◆ Task statement ◆
A single number is the whole answer: how many lines in this listing contain "align".

◆ Source data ◆
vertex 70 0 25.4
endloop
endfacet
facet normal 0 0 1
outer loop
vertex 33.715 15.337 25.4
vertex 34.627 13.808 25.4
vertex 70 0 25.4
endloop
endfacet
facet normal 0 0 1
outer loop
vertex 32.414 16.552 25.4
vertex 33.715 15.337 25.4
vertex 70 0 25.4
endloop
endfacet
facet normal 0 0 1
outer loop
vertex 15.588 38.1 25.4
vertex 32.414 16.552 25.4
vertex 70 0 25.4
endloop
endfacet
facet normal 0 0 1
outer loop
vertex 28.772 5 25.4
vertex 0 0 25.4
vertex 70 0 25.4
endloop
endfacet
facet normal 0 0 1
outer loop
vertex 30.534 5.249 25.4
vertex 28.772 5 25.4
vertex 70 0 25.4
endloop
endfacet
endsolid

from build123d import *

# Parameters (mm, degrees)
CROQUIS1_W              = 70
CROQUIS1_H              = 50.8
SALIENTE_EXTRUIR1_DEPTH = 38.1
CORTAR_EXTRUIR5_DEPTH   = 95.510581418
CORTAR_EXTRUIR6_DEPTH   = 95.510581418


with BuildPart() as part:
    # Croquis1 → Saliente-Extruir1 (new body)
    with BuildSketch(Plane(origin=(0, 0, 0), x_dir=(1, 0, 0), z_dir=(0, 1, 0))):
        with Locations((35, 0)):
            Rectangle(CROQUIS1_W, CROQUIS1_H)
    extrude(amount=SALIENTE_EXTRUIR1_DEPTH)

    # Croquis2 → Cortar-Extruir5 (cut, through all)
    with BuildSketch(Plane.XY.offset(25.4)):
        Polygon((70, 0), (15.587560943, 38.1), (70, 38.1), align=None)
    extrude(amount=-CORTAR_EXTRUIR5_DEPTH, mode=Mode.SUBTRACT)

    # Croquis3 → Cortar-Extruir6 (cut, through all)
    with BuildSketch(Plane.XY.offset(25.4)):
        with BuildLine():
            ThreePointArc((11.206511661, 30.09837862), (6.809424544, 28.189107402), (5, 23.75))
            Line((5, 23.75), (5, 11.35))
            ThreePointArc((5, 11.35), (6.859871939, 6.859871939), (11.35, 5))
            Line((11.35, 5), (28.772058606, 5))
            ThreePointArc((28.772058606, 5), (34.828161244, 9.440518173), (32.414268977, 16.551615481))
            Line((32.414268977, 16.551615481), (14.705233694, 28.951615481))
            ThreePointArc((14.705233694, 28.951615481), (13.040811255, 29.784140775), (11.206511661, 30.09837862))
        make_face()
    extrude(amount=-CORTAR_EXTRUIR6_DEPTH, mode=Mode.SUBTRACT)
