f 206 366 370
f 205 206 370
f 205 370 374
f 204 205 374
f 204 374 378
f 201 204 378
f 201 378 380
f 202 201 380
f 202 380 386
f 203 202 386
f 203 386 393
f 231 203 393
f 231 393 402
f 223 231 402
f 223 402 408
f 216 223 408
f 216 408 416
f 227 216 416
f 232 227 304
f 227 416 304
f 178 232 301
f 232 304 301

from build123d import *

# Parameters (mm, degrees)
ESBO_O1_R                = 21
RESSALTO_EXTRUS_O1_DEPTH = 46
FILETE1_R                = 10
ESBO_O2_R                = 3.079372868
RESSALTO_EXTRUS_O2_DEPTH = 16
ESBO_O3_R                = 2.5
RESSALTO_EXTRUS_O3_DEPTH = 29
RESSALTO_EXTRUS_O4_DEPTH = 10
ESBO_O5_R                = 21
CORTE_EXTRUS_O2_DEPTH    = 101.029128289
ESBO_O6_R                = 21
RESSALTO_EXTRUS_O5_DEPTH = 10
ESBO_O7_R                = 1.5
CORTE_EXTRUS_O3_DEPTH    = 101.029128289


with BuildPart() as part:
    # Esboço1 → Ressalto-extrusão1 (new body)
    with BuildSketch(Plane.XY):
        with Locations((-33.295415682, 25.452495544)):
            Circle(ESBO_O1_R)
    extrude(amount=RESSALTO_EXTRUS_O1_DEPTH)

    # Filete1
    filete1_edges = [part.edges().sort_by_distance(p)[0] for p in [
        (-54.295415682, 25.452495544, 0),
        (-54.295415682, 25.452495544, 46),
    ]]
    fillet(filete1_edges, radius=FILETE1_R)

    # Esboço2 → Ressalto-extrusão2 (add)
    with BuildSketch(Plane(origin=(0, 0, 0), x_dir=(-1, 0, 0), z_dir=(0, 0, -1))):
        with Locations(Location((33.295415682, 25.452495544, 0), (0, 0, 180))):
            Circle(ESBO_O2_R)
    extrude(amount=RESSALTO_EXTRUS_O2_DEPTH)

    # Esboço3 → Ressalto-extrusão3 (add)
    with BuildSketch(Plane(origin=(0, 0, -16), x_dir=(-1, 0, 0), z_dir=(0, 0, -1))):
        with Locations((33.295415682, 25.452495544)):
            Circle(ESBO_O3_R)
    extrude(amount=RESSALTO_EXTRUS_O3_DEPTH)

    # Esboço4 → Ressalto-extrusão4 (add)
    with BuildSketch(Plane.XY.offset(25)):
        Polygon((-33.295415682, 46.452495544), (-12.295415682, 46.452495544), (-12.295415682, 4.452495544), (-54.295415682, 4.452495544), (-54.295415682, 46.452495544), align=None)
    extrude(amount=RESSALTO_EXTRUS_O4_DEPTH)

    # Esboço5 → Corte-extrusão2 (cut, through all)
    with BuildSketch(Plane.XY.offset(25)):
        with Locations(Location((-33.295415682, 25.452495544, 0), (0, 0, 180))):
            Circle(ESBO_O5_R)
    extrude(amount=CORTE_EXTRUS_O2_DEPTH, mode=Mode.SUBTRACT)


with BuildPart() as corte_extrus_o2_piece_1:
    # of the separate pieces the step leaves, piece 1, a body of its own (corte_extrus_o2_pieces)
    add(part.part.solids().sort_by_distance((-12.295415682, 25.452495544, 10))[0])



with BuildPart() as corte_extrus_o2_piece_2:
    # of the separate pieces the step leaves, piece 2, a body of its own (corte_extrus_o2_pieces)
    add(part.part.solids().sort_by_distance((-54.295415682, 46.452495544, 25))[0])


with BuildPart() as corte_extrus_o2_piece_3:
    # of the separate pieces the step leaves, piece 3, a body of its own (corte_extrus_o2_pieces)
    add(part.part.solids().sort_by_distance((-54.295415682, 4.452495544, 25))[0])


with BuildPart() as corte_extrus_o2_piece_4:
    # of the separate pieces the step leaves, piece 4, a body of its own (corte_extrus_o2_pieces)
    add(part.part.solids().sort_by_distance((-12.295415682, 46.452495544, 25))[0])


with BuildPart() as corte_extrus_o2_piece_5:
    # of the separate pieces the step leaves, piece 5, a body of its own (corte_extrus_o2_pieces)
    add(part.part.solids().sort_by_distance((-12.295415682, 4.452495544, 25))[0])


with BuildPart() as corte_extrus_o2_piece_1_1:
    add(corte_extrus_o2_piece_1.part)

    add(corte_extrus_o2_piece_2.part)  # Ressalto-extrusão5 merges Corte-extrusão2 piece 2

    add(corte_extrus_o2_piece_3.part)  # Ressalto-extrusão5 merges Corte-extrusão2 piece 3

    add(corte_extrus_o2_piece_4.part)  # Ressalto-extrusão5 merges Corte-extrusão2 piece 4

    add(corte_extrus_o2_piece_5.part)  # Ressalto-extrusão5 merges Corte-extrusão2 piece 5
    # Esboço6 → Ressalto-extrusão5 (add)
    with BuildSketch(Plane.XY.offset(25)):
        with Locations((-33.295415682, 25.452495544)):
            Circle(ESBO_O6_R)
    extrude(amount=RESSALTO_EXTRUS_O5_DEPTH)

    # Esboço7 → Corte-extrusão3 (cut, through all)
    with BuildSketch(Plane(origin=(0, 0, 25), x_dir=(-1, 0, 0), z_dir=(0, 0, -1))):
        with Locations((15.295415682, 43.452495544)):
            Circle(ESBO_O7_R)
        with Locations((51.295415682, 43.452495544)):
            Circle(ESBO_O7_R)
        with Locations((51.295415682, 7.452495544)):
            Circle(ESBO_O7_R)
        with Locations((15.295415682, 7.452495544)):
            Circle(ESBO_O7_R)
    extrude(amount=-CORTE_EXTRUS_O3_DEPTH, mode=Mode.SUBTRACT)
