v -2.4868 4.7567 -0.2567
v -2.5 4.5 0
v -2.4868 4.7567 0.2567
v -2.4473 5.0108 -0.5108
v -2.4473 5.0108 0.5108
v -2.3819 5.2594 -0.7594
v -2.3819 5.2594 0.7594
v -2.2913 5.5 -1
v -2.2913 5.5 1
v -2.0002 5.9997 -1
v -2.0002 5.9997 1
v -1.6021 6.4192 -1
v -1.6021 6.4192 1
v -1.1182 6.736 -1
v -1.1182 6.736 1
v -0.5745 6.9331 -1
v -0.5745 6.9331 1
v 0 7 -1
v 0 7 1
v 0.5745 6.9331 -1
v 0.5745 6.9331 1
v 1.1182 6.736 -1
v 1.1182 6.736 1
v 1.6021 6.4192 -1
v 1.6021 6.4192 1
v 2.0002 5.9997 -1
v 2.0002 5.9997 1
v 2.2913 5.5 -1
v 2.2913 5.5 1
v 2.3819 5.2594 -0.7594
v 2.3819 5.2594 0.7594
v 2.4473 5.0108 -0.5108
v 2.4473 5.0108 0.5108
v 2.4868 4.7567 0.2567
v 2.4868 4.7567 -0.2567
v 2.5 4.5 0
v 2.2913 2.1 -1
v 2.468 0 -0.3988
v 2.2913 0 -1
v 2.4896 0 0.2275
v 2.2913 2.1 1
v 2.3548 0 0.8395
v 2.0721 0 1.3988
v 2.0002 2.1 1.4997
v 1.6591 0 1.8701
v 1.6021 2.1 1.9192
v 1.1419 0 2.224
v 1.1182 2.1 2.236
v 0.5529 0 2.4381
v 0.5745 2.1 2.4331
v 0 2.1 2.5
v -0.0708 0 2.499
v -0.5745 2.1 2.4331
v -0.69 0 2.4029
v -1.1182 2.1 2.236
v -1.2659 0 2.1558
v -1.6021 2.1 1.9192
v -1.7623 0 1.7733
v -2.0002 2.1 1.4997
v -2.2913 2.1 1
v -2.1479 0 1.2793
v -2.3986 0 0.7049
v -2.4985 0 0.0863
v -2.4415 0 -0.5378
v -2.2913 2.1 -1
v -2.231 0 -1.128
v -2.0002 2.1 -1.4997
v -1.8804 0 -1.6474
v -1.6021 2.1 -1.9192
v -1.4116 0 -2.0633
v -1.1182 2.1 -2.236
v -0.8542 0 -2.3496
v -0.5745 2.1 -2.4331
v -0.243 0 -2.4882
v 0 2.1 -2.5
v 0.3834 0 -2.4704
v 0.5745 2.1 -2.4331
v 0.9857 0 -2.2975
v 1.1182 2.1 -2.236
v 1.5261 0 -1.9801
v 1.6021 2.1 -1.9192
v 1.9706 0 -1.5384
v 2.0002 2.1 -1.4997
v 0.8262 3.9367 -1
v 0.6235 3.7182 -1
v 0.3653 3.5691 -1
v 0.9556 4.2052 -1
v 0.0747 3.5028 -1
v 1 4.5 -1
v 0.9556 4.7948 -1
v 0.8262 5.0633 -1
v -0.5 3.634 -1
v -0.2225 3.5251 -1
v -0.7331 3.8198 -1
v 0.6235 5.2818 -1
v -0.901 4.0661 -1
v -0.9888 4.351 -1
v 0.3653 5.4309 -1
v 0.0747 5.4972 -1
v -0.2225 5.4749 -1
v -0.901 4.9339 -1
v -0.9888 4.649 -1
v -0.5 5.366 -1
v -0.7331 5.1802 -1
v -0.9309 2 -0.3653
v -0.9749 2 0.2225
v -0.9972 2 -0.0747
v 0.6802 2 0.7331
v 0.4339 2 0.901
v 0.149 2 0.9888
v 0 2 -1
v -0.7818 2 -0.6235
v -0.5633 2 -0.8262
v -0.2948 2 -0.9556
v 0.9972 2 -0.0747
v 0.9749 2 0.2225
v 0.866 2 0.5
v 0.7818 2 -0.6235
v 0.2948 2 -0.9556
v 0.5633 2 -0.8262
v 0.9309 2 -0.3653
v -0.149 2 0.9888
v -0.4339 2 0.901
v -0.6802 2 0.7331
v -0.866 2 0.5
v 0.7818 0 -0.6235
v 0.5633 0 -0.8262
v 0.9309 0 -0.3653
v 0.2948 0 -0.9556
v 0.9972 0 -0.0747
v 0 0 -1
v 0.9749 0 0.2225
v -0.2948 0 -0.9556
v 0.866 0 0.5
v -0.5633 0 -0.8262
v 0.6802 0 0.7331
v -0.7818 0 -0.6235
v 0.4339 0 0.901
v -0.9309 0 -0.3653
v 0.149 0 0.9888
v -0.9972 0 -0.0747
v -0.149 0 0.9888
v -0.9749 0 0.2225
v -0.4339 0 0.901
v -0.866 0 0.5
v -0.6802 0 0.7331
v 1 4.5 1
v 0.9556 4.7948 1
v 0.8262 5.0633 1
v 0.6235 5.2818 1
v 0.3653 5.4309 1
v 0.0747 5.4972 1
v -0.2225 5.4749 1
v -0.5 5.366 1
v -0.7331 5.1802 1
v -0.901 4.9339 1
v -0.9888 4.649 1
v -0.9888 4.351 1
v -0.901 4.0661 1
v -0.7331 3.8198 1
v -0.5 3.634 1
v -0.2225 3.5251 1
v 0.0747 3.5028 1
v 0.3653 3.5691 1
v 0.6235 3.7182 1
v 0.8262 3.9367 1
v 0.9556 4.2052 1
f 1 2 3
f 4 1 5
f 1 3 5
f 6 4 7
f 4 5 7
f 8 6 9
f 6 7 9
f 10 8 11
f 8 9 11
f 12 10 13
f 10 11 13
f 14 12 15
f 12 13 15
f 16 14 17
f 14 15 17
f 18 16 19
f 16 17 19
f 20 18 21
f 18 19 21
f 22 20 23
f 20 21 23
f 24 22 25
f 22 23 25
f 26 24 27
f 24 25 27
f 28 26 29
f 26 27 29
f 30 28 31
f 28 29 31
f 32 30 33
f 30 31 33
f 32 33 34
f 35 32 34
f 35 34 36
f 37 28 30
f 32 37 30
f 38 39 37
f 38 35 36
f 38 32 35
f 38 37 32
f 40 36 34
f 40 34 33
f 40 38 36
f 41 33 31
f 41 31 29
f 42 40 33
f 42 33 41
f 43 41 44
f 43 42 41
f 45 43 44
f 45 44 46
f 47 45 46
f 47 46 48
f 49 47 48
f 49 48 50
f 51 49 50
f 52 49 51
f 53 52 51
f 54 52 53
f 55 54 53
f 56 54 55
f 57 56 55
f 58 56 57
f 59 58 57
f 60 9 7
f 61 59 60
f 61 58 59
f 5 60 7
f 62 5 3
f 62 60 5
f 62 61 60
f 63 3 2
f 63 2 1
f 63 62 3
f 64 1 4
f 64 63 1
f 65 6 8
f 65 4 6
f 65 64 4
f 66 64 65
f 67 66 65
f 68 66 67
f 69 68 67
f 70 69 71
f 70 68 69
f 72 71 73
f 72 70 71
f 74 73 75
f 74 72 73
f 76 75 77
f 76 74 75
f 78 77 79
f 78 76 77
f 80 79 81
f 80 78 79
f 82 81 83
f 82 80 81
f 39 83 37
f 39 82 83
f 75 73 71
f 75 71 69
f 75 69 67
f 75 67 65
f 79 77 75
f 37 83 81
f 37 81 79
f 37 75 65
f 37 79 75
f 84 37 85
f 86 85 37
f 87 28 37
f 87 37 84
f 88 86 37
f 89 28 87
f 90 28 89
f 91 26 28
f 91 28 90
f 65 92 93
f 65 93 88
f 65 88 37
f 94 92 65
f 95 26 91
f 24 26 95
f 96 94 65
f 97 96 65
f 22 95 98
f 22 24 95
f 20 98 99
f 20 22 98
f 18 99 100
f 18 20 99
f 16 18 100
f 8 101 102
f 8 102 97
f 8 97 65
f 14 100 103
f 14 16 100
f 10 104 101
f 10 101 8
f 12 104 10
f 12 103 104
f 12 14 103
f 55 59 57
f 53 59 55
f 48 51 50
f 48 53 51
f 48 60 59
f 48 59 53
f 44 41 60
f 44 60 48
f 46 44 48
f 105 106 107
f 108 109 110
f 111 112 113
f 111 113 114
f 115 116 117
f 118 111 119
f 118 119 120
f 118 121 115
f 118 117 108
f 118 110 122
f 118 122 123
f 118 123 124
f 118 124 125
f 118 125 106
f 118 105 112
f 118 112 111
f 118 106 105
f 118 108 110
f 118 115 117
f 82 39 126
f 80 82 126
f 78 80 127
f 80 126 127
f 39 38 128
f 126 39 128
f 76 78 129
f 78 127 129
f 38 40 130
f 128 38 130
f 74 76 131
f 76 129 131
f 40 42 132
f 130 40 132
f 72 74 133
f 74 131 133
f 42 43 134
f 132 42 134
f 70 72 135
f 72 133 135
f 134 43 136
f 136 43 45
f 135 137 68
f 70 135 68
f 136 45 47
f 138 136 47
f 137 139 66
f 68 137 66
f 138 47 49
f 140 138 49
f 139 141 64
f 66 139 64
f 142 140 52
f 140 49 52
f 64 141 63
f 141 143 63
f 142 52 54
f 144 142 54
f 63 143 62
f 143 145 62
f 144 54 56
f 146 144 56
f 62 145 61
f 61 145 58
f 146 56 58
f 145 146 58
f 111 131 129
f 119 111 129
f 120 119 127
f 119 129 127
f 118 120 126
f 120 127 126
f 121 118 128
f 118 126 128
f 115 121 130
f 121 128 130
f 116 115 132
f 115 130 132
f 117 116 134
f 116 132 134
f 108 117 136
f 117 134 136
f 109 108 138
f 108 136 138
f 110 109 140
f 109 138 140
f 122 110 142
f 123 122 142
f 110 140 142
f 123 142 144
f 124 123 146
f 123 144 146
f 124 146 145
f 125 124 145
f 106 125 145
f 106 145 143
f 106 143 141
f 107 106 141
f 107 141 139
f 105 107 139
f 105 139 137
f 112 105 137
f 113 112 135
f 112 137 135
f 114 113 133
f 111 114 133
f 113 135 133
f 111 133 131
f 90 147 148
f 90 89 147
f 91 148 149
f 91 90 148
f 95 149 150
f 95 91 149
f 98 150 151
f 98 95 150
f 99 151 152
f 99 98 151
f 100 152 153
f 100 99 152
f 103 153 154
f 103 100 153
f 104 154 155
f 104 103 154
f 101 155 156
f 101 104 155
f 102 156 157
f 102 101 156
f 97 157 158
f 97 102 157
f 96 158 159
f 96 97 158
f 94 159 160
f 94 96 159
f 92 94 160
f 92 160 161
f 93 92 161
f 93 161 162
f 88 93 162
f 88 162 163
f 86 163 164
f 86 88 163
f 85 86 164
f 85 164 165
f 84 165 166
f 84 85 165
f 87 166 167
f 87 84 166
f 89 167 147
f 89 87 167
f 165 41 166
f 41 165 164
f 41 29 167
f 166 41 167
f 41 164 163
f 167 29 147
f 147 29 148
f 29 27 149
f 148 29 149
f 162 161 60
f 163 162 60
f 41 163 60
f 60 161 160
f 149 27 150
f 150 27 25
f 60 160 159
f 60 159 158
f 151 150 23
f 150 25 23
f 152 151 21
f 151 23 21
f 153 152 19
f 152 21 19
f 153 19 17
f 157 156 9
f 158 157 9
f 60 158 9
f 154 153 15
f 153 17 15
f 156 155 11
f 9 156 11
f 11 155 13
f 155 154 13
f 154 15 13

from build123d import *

# Parameters (mm, degrees)
SKETCH1_R           = 2.5
SKETCH1_R_2         = 1
BOSS_EXTRUDE2_DEPTH = 2.1
SKETCH2_R           = 1
BOSS_EXTRUDE3_DEPTH = 1
SKETCH4_R           = 1
CUT_EXTRUDE13_DEPTH = 2
SKETCH6_OUTSIDE_W   = 8.99
SKETCH6_OUTSIDE_H   = 8.99
SKETCH6_OUTSIDE_R   = 2.5
CUT_EXTRUDE14_DEPTH = 8.842193571


with BuildPart() as part:
    # Sketch1 → Boss-Extrude2 (new body)
    with BuildSketch(Plane(origin=(0, 0, 0), x_dir=(1, 0, 0), z_dir=(0, 1, 0))):
        with Locations(Location((0, 0, 0), (0, 0, 270))):
            Circle(SKETCH1_R)
        with Locations(Location((0, 0, 0), (0, 0, 270))):
            Circle(SKETCH1_R_2, mode=Mode.SUBTRACT)
    extrude(amount=BOSS_EXTRUDE2_DEPTH)

    # Sketch2 → Boss-Extrude3 (add, symmetric)
    with BuildSketch(Plane.XY):
        with BuildLine():
            Line((2.5, 4.5), (2.5, 0))
            Line((2.5, 0), (-2.5, 0))
            Line((-2.5, 0), (-2.5, 4.5))
            ThreePointArc((-2.5, 4.5), (0, 7), (2.5, 4.5))
        make_face()
        with Locations((0, 4.5)):
            Circle(SKETCH2_R, mode=Mode.SUBTRACT)
    extrude(amount=BOSS_EXTRUDE3_DEPTH, both=True)

    # Sketch4 → Cut-Extrude13 (cut)
    with BuildSketch(Plane.XZ):
        with Locations(Location((0, 0, 0), (0, 0, 270))):
            Circle(SKETCH4_R)
    extrude(amount=-CUT_EXTRUDE13_DEPTH, mode=Mode.SUBTRACT)

    # Sketch6 outside → Cut-Extrude14 (cut, through all)
    with BuildSketch(Plane.XZ):
        Rectangle(SKETCH6_OUTSIDE_W, SKETCH6_OUTSIDE_H)
        with Locations(Location((0, 0, 0), (0, 0, 336.421821522))):
            Circle(SKETCH6_OUTSIDE_R, mode=Mode.SUBTRACT)
    extrude(amount=-CUT_EXTRUDE14_DEPTH, mode=Mode.SUBTRACT)


solid = part.part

◆ Answer space ◆
2